Вид с верхнего этажа отеля и в самом деле открывался завораживающий. Крытые черепицей крыши старых домов, золочёные шпили замков, серая стена заводской окраины. Медленные дирижабли в дымном небе, миниатюрные фигурки прохожих на земле.
Но убийца промолчал.
— Почему вы отказываетесь от всего этого? — поинтересовался иудей, обводя вокруг себя рукой с фарфоровой чашечкой. — Вы ведь слепы как крот, так почему надеваете очки только лишь... по особым случаям? Почему не носите их постоянно? Вас не привлекает красота этого мира?
Ирландец лишь пожал плечами. Авраам Витштейн даже решил, что не дождётся ответа вовсе, но убийца вдруг развернулся к нему и улыбнулся.
— Пыль и грязь, — сказал он. — Везде и всюду. Вы просто этого не замечаете.
— В самом деле?
Линч провёл пальцем по каменным перилам и протянул руку банкиру.
— Пыль и грязь, — повторил он, подразумевая оставшийся на бледной коже след. — Сажа и копоть. Голубиное дерьмо. Просто дерьмо и мусор. Прыщи, бородавки, язвы и шрамы. Без очков я всего этого не вижу. Без очков я вижу лишь то, что хочу видеть. И вот тогда мир действительно прекрасен. В моей голове.

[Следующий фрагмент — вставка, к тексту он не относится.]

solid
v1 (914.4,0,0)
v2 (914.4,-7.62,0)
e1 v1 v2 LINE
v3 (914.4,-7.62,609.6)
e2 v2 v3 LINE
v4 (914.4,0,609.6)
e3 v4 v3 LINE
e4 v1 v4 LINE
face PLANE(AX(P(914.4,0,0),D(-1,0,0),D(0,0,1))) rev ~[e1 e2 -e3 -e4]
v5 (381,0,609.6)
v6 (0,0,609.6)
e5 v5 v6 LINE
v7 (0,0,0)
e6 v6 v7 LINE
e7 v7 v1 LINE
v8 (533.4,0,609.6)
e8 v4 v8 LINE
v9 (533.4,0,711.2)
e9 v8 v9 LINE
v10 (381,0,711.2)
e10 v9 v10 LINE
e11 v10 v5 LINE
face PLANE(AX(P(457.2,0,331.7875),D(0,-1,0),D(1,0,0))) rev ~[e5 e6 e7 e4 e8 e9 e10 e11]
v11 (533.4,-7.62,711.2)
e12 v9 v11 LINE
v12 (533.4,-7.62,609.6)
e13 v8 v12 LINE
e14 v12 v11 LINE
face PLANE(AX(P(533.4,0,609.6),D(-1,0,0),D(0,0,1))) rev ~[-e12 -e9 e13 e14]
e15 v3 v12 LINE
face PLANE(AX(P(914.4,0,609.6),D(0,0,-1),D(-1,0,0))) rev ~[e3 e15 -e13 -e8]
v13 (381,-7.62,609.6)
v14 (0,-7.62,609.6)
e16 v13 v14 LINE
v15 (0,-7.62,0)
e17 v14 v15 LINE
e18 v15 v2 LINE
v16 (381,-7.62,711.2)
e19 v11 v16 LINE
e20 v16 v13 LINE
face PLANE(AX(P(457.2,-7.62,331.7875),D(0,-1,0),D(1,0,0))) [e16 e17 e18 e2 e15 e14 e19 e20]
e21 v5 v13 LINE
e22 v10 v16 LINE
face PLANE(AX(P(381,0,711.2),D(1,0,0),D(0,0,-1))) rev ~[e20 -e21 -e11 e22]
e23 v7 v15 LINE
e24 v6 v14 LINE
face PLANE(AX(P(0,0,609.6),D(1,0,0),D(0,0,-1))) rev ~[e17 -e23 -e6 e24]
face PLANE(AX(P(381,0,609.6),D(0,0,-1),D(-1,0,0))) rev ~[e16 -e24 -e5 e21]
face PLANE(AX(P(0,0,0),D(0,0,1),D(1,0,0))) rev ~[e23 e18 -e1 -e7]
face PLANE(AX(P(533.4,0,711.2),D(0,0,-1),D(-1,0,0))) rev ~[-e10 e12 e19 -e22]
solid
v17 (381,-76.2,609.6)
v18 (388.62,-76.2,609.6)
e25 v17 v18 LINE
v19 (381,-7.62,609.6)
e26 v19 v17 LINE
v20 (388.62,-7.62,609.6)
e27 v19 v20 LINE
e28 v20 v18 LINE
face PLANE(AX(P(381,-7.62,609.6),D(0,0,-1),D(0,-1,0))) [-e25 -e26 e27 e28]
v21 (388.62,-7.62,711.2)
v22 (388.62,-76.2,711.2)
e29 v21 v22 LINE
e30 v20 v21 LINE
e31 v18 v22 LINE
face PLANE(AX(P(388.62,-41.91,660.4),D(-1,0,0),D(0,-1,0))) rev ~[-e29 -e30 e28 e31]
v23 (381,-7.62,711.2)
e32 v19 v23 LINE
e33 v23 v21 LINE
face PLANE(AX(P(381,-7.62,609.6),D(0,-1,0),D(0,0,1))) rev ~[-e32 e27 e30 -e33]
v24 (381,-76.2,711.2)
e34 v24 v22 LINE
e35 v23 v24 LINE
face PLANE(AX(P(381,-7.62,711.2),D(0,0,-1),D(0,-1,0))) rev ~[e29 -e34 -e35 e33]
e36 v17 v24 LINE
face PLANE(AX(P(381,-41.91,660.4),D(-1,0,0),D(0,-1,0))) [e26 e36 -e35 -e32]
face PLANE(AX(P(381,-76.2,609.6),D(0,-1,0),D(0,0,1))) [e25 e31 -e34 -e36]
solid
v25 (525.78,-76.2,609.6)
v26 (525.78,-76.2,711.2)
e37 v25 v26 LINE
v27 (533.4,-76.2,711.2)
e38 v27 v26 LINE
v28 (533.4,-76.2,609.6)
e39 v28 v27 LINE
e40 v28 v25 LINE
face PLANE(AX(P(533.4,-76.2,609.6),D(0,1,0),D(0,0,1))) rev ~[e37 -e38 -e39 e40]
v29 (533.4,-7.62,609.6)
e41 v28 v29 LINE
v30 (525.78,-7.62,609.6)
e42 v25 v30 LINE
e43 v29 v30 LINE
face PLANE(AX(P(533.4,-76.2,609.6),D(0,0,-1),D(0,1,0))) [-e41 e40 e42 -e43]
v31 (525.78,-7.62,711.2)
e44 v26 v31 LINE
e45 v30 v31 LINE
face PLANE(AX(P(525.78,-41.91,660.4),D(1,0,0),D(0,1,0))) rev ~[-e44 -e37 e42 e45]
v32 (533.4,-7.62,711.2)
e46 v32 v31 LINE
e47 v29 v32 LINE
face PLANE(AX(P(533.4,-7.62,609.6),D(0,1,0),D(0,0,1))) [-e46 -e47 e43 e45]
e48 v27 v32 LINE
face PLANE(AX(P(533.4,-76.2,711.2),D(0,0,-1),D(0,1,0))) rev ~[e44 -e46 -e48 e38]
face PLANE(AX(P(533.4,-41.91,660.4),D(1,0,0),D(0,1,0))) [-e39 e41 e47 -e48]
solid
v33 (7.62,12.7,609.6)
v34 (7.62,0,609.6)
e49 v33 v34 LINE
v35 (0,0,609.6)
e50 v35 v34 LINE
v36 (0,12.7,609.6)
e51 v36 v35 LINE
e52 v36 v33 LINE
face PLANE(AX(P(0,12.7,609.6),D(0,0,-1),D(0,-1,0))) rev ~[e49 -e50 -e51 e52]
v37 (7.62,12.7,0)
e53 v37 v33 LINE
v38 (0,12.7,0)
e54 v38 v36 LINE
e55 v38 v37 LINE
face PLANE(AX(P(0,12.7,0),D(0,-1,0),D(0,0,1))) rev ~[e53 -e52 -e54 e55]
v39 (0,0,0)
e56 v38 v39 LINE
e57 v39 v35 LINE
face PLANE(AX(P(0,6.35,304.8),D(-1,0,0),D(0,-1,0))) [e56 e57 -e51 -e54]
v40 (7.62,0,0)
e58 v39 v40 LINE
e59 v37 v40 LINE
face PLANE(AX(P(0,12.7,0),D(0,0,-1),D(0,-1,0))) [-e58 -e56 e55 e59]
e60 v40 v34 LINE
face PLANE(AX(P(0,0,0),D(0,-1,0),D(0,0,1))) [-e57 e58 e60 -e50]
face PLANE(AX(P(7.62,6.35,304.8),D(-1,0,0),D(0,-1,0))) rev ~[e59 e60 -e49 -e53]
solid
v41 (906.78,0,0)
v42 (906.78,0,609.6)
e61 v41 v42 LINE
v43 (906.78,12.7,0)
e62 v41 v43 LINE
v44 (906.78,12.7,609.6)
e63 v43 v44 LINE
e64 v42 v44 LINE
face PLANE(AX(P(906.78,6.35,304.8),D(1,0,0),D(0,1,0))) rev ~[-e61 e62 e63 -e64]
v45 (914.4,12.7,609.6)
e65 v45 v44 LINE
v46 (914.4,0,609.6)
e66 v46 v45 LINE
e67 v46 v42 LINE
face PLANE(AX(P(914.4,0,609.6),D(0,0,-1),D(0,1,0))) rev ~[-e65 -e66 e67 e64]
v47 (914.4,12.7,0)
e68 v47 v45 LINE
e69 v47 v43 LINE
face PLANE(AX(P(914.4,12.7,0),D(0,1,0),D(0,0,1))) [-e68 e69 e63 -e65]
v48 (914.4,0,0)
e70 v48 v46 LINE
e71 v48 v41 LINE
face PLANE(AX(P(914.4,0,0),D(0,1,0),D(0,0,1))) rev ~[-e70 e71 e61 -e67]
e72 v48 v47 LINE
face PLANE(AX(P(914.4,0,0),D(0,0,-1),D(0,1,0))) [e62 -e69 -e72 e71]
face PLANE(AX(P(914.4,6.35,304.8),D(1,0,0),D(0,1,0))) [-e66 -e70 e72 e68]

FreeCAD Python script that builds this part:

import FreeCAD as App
import Part
import Sketcher
from FreeCAD import Vector
Q = App.Units.Quantity


def add_polygon(sketch, points):
    """Adds a closed chain of lines whose ends are joined by coincident constraints."""
    first, n = sketch.GeometryCount, len(points)
    for a, b in zip(points, points[1:] + points[:1]):
        sketch.addGeometry(Part.LineSegment(App.Vector(*a, 0), App.Vector(*b, 0)), False)
    for i in range(n):
        sketch.addConstraint(Sketcher.Constraint("Coincident", first + i, 2, first + (i + 1) % n, 1))

doc = App.newDocument("Part")
body = doc.addObject("PartDesign::Body", "Body")

sketch1 = body.newObject("Sketcher::SketchObject", "Sketch")
sketch1.AttachmentSupport = (doc.getObject("XZ_Plane"), [""])
sketch1.MapMode = "FlatFace"
add_polygon(sketch1, [(0, 610), (0, 0), (914, 0), (914, 610), (533, 610), (533, 711), (381, 711), (381, 610)])
sketch1.addConstraint(Sketcher.Constraint("Vertical", 0))
sketch1.addConstraint(Sketcher.Constraint("Horizontal", 1))
sketch1.addConstraint(Sketcher.Constraint("Vertical", 2))
sketch1.addConstraint(Sketcher.Constraint("Horizontal", 3))
sketch1.addConstraint(Sketcher.Constraint("Vertical", 4))
sketch1.addConstraint(Sketcher.Constraint("Horizontal", 5))
sketch1.addConstraint(Sketcher.Constraint("Vertical", 6))
sketch1.addConstraint(Sketcher.Constraint("Horizontal", 7))
sketch1.addConstraint(Sketcher.Constraint("Coincident", 0, 2, -1, 1))
sketch1.addConstraint(Sketcher.Constraint("Horizontal", 3, 2, 6, 2))
sketch1.addConstraint(Sketcher.Constraint("Equal", 3, 7))
sketch1.addConstraint(Sketcher.Constraint("DistanceX", 1, 1, 1, 2, Q("36 in")))
sketch1.addConstraint(Sketcher.Constraint("DistanceX", 3, 2, 3, 1, Q("15 in")))
sketch1.addConstraint(Sketcher.Constraint("DistanceY", 0, 2, 0, 1, Q("24 in")))
sketch1.addConstraint(Sketcher.Constraint("DistanceY", 4, 1, 4, 2, Q("4 in")))
pad1 = body.newObject("PartDesign::Pad", "Pad")
pad1.Profile = sketch1
pad1.Length = Q("0.3 in")
body2 = doc.addObject("PartDesign::Body", "Body001")

sketch2 = body2.newObject("Sketcher::SketchObject", "Sketch001")
sketch2.AttachmentSupport = (doc.getObject("YZ_Plane001"), [""])
sketch2.MapMode = "FlatFace"
sketch2.AttachmentOffset = App.Placement(Vector(0, 0, 15 * 25.4), App.Rotation())
add_polygon(sketch2, [(-8, 711), (-8, 610), (-76, 610), (-76, 711)])
sketch2.addConstraint(Sketcher.Constraint("Vertical", 0))
sketch2.addConstraint(Sketcher.Constraint("Horizontal", 1))
sketch2.addConstraint(Sketcher.Constraint("Vertical", 2))
sketch2.addConstraint(Sketcher.Constraint("Horizontal", 3))
sketch2.addConstraint(Sketcher.Constraint("DistanceY", 0, 2, 0, 1, Q("4 in")))
sketch2.addConstraint(Sketcher.Constraint("DistanceX", 1, 2, 1, 1, Q("2.7 in")))
sketch2.addConstraint(Sketcher.Constraint("DistanceY", -1, 1, 0, 2, Q("24 in")))
sketch2.addConstraint(Sketcher.Constraint("DistanceX", 1, 2, -1, 1, Q("3 in")))
pad2 = body2.newObject("PartDesign::Pad", "Pad001")
pad2.Profile = sketch2
pad2.Length = Q("0.3 in")
body3 = doc.addObject("PartDesign::Body", "Body002")

sketch3 = body3.newObject("Sketcher::SketchObject", "Sketch002")
sketch3.AttachmentSupport = (doc.getObject("YZ_Plane002"), [""])
sketch3.MapMode = "FlatFace"
sketch3.AttachmentOffset = App.Placement(Vector(0, 0, 21 * 25.4), App.Rotation())
add_polygon(sketch3, [(-76, 711), (-76, 610), (-8, 610), (-8, 711)])
sketch3.addConstraint(Sketcher.Constraint("Vertical", 0))
sketch3.addConstraint(Sketcher.Constraint("Horizontal", 1))
sketch3.addConstraint(Sketcher.Constraint("Vertical", 2))
sketch3.addConstraint(Sketcher.Constraint("Horizontal", 3))
sketch3.addConstraint(Sketcher.Constraint("DistanceY", 0, 2, 0, 1, Q("4 in")))
sketch3.addConstraint(Sketcher.Constraint("DistanceX", 1, 1, 1, 2, Q("2.7 in")))
sketch3.addConstraint(Sketcher.Constraint("DistanceX", 0, 2, -1, 1, Q("3 in")))
sketch3.addConstraint(Sketcher.Constraint("DistanceY", -1, 1, 0, 2, Q("24 in")))
pad3 = body3.newObject("PartDesign::Pad", "Pad002")
pad3.Profile = sketch3
pad3.Length = Q("0.3 in")
pad3.Reversed = True
body4 = doc.addObject("PartDesign::Body", "Body003")

sketch4 = body4.newObject("Sketcher::SketchObject", "Sketch003")
sketch4.AttachmentSupport = (doc.getObject("YZ_Plane003"), [""])
sketch4.MapMode = "FlatFace"
sketch4.AttachmentOffset = App.Placement(Vector(0, 0, 36 * 25.4), App.Rotation())
add_polygon(sketch4, [(0, 610), (0, 0), (13, 0), (13, 610)])
sketch4.addConstraint(Sketcher.Constraint("Vertical", 0))
sketch4.addConstraint(Sketcher.Constraint("Horizontal", 1))
sketch4.addConstraint(Sketcher.Constraint("Vertical", 2))
sketch4.addConstraint(Sketcher.Constraint("Horizontal", 3))
sketch4.addConstraint(Sketcher.Constraint("Coincident", 0, 2, -1, 1))
sketch4.addConstraint(Sketcher.Constraint("DistanceY", 0, 2, 0, 1, Q("24 in")))
sketch4.addConstraint(Sketcher.Constraint("DistanceX", 1, 1, 1, 2, Q("0.5 in")))
pad4 = body4.newObject("PartDesign::Pad", "Pad003")
pad4.Profile = sketch4
pad4.Length = Q("0.3 in")
pad4.Reversed = True
body5 = doc.addObject("PartDesign::Body", "Body004")

sketch5 = body5.newObject("Sketcher::SketchObject", "Sketch004")
sketch5.AttachmentSupport = (doc.getObject("YZ_Plane004"), [""])
sketch5.MapMode = "FlatFace"
add_polygon(sketch5, [(13, 610), (13, 0), (0, 0), (0, 610)])
sketch5.addConstraint(Sketcher.Constraint("Vertical", 0))
sketch5.addConstraint(Sketcher.Constraint("Horizontal", 1))
sketch5.addConstraint(Sketcher.Constraint("Vertical", 2))
sketch5.addConstraint(Sketcher.Constraint("Horizontal", 3))
sketch5.addConstraint(Sketcher.Constraint("Coincident", 1, 2, -1, 1))
sketch5.addConstraint(Sketcher.Constraint("DistanceY", 0, 2, 0, 1, Q("24 in")))
sketch5.addConstraint(Sketcher.Constraint("DistanceX", 1, 2, 1, 1, Q("0.5 in")))
pad5 = body5.newObject("PartDesign::Pad", "Pad004")
pad5.Profile = sketch5
pad5.Length = Q("0.3 in")

doc.recompute()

— В этом есть определённая логика, — кивнул иудей и сразу, без какого-либо перехода спросил: — Ваша... организация подтвердила получение платежа?
Линч кивнул. Потом спросил:
— Кто?
— Майкл Смит.
— Англичанин?
— Из Нового Света. Найдёте его в «Трёх листках».
Ирландец знал этот игорный дом на окраине китайского квартала, поэтому сразу перешёл к делу.
— Фотоснимок? — уточнил он.
— В этом нет необходимости, — ответил банкир, наблюдая за суетой на площади императора Климента. — Узнаете его с первого взгляда. Он носит рыжий котелок и клетчатый пиджак. Клетчатый! Жёлтый с красным. Второго такого не отыщите во всём Новом Вавилоне, если только не решите вдруг пошить на заказ!